[[ Data shown, beginning ]]

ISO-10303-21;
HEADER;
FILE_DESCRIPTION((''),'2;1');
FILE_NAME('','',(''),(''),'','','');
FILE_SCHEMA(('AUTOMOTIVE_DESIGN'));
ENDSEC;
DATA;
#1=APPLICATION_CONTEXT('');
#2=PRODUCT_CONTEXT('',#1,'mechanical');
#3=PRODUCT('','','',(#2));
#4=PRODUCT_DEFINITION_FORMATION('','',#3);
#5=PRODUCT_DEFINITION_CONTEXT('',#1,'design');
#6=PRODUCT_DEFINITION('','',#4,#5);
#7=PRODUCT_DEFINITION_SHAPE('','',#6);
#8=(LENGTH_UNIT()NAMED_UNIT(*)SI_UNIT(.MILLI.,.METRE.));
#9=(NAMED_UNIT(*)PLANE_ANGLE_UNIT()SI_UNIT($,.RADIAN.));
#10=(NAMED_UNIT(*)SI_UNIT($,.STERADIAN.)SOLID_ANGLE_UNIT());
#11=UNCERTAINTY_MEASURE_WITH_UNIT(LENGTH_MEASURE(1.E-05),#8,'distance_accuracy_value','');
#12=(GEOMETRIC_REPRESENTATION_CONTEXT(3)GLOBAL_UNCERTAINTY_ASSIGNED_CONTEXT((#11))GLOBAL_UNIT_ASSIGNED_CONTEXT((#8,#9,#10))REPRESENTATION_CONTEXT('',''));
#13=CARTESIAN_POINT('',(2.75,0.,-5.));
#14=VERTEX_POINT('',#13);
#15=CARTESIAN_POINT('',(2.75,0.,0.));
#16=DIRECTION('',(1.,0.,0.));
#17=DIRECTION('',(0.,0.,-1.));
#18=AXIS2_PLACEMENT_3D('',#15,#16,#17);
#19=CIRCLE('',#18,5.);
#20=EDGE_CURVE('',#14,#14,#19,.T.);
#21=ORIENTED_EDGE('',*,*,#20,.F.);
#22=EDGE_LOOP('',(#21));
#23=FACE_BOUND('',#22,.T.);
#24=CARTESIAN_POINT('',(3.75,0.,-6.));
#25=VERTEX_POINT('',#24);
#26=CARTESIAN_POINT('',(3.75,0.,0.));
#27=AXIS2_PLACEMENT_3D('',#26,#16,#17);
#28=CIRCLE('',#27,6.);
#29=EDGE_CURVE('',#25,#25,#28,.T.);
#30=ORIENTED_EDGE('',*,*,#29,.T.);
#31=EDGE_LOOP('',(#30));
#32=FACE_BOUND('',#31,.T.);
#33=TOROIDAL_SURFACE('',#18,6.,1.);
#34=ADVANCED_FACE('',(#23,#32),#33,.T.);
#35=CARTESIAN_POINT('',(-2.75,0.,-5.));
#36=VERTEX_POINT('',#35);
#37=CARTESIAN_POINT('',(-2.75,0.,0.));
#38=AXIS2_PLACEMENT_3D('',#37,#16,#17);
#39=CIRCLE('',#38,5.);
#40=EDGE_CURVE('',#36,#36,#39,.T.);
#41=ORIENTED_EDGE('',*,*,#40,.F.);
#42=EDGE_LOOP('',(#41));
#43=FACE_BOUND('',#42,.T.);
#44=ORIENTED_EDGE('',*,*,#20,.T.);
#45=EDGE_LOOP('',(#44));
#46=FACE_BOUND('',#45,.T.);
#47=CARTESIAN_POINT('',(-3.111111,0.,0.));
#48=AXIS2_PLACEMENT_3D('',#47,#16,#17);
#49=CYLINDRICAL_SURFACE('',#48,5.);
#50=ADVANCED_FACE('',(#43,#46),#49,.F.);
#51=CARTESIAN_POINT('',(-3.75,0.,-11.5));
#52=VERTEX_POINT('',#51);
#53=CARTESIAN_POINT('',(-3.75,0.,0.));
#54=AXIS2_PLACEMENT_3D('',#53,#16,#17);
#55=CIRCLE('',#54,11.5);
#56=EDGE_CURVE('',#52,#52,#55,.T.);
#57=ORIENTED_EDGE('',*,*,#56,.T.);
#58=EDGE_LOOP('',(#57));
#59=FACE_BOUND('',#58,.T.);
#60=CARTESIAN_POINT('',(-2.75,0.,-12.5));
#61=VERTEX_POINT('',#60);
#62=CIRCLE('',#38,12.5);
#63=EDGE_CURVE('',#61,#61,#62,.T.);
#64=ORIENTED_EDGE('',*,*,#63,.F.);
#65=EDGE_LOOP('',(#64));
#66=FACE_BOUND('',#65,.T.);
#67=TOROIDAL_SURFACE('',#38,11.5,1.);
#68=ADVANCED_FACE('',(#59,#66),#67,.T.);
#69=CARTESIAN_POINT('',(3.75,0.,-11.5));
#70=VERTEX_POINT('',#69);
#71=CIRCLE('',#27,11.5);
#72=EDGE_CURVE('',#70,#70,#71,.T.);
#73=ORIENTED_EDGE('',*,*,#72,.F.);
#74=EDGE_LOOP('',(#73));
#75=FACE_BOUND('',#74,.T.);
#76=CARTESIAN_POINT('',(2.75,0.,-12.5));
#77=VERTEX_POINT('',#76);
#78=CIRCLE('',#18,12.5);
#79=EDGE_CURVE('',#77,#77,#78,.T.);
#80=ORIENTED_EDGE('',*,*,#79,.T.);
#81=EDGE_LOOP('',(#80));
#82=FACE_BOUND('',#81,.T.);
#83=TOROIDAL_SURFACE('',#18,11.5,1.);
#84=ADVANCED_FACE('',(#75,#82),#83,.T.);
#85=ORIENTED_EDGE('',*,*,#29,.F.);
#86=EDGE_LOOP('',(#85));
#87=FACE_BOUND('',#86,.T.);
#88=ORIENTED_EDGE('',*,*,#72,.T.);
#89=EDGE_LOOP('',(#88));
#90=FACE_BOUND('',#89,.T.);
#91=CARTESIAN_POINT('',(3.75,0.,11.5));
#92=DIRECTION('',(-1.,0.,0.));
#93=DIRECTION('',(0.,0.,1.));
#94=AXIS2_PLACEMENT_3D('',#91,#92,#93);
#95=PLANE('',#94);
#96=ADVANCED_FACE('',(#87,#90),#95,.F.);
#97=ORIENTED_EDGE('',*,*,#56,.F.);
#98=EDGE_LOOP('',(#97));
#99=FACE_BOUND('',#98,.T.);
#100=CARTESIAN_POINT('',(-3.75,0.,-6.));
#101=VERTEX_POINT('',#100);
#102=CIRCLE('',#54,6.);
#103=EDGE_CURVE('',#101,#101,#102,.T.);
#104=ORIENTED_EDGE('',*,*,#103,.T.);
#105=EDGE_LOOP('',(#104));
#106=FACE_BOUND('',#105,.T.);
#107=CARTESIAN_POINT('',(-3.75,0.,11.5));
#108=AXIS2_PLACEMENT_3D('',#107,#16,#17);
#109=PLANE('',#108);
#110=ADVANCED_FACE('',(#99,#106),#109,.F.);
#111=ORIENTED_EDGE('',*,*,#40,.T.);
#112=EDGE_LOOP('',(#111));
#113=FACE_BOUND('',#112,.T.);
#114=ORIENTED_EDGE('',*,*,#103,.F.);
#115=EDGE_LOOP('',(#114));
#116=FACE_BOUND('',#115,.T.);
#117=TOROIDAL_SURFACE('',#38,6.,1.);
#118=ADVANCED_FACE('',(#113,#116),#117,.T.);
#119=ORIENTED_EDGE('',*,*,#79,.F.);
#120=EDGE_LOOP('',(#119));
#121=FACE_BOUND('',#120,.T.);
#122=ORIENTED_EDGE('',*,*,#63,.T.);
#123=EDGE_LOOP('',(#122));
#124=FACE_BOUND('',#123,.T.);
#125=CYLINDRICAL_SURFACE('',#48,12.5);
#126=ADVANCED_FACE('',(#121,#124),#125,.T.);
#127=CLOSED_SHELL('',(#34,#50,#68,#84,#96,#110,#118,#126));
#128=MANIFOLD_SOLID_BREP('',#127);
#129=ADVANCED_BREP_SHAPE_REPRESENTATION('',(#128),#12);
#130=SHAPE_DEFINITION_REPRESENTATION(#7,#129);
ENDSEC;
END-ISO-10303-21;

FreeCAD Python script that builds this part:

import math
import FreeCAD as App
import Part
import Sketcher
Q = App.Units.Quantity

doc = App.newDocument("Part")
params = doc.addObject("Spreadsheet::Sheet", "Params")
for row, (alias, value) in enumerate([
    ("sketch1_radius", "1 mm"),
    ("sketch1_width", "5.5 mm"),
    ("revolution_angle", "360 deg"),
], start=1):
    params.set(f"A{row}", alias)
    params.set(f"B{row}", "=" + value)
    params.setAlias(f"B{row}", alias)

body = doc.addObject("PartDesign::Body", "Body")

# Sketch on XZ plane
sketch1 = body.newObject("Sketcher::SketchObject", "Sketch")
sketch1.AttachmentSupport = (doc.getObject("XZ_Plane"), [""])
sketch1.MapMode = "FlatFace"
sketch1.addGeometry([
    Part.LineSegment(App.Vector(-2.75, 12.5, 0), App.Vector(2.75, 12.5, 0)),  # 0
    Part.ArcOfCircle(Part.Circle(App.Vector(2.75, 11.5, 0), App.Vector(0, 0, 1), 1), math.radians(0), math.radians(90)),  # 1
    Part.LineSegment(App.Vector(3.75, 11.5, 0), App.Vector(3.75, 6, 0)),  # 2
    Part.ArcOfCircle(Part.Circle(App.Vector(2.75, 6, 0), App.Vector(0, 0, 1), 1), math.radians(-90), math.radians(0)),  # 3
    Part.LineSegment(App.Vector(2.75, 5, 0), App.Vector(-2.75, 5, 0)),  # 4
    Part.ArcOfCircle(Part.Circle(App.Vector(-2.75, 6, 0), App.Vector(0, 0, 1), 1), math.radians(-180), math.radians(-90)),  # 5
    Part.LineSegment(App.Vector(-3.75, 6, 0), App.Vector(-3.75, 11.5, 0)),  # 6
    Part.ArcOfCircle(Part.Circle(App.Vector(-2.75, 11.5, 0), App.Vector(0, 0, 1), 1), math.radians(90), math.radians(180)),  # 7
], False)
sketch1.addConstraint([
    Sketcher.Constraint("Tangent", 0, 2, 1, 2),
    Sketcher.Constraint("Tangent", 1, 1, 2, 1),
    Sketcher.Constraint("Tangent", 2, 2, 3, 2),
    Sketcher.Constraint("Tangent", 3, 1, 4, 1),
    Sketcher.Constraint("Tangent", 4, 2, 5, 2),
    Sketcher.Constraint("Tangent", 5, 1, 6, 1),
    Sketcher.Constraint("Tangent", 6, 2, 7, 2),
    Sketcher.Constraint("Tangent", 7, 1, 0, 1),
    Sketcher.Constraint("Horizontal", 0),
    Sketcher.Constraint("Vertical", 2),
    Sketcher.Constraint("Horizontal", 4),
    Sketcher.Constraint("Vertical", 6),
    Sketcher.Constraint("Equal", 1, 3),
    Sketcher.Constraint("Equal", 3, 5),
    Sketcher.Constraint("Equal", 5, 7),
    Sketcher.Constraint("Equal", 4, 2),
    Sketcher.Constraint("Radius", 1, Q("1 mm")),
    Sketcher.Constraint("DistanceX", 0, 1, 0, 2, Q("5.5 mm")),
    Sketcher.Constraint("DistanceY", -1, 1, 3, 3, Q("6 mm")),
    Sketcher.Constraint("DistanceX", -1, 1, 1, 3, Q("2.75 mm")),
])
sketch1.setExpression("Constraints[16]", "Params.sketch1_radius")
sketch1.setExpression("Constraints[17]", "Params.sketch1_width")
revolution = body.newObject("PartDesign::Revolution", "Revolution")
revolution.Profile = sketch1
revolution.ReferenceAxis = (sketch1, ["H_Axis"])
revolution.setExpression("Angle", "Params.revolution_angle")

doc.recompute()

[[ Data shown, end ]]

→ How to complete this task
Lines from the start of the material through the line containing "#58=EDGE_LOOP('',(#57));" are wanted. Write them out exactly.

→ Written answer
ISO-10303-21;
HEADER;
FILE_DESCRIPTION((''),'2;1');
FILE_NAME('','',(''),(''),'','','');
FILE_SCHEMA(('AUTOMOTIVE_DESIGN'));
ENDSEC;
DATA;
#1=APPLICATION_CONTEXT('');
#2=PRODUCT_CONTEXT('',#1,'mechanical');
#3=PRODUCT('','','',(#2));
#4=PRODUCT_DEFINITION_FORMATION('','',#3);
#5=PRODUCT_DEFINITION_CONTEXT('',#1,'design');
#6=PRODUCT_DEFINITION('','',#4,#5);
#7=PRODUCT_DEFINITION_SHAPE('','',#6);
#8=(LENGTH_UNIT()NAMED_UNIT(*)SI_UNIT(.MILLI.,.METRE.));
#9=(NAMED_UNIT(*)PLANE_ANGLE_UNIT()SI_UNIT($,.RADIAN.));
#10=(NAMED_UNIT(*)SI_UNIT($,.STERADIAN.)SOLID_ANGLE_UNIT());
#11=UNCERTAINTY_MEASURE_WITH_UNIT(LENGTH_MEASURE(1.E-05),#8,'distance_accuracy_value','');
#12=(GEOMETRIC_REPRESENTATION_CONTEXT(3)GLOBAL_UNCERTAINTY_ASSIGNED_CONTEXT((#11))GLOBAL_UNIT_ASSIGNED_CONTEXT((#8,#9,#10))REPRESENTATION_CONTEXT('',''));
#13=CARTESIAN_POINT('',(2.75,0.,-5.));
#14=VERTEX_POINT('',#13);
#15=CARTESIAN_POINT('',(2.75,0.,0.));
#16=DIRECTION('',(1.,0.,0.));
#17=DIRECTION('',(0.,0.,-1.));
#18=AXIS2_PLACEMENT_3D('',#15,#16,#17);
#19=CIRCLE('',#18,5.);
#20=EDGE_CURVE('',#14,#14,#19,.T.);
#21=ORIENTED_EDGE('',*,*,#20,.F.);
#22=EDGE_LOOP('',(#21));
#23=FACE_BOUND('',#22,.T.);
#24=CARTESIAN_POINT('',(3.75,0.,-6.));
#25=VERTEX_POINT('',#24);
#26=CARTESIAN_POINT('',(3.75,0.,0.));
#27=AXIS2_PLACEMENT_3D('',#26,#16,#17);
#28=CIRCLE('',#27,6.);
#29=EDGE_CURVE('',#25,#25,#28,.T.);
#30=ORIENTED_EDGE('',*,*,#29,.T.);
#31=EDGE_LOOP('',(#30));
#32=FACE_BOUND('',#31,.T.);
#33=TOROIDAL_SURFACE('',#18,6.,1.);
#34=ADVANCED_FACE('',(#23,#32),#33,.T.);
#35=CARTESIAN_POINT('',(-2.75,0.,-5.));
#36=VERTEX_POINT('',#35);
#37=CARTESIAN_POINT('',(-2.75,0.,0.));
#38=AXIS2_PLACEMENT_3D('',#37,#16,#17);
#39=CIRCLE('',#38,5.);
#40=EDGE_CURVE('',#36,#36,#39,.T.);
#41=ORIENTED_EDGE('',*,*,#40,.F.);
#42=EDGE_LOOP('',(#41));
#43=FACE_BOUND('',#42,.T.);
#44=ORIENTED_EDGE('',*,*,#20,.T.);
#45=EDGE_LOOP('',(#44));
#46=FACE_BOUND('',#45,.T.);
#47=CARTESIAN_POINT('',(-3.111111,0.,0.));
#48=AXIS2_PLACEMENT_3D('',#47,#16,#17);
#49=CYLINDRICAL_SURFACE('',#48,5.);
#50=ADVANCED_FACE('',(#43,#46),#49,.F.);
#51=CARTESIAN_POINT('',(-3.75,0.,-11.5));
#52=VERTEX_POINT('',#51);
#53=CARTESIAN_POINT('',(-3.75,0.,0.));
#54=AXIS2_PLACEMENT_3D('',#53,#16,#17);
#55=CIRCLE('',#54,11.5);
#56=EDGE_CURVE('',#52,#52,#55,.T.);
#57=ORIENTED_EDGE('',*,*,#56,.T.);
#58=EDGE_LOOP('',(#57));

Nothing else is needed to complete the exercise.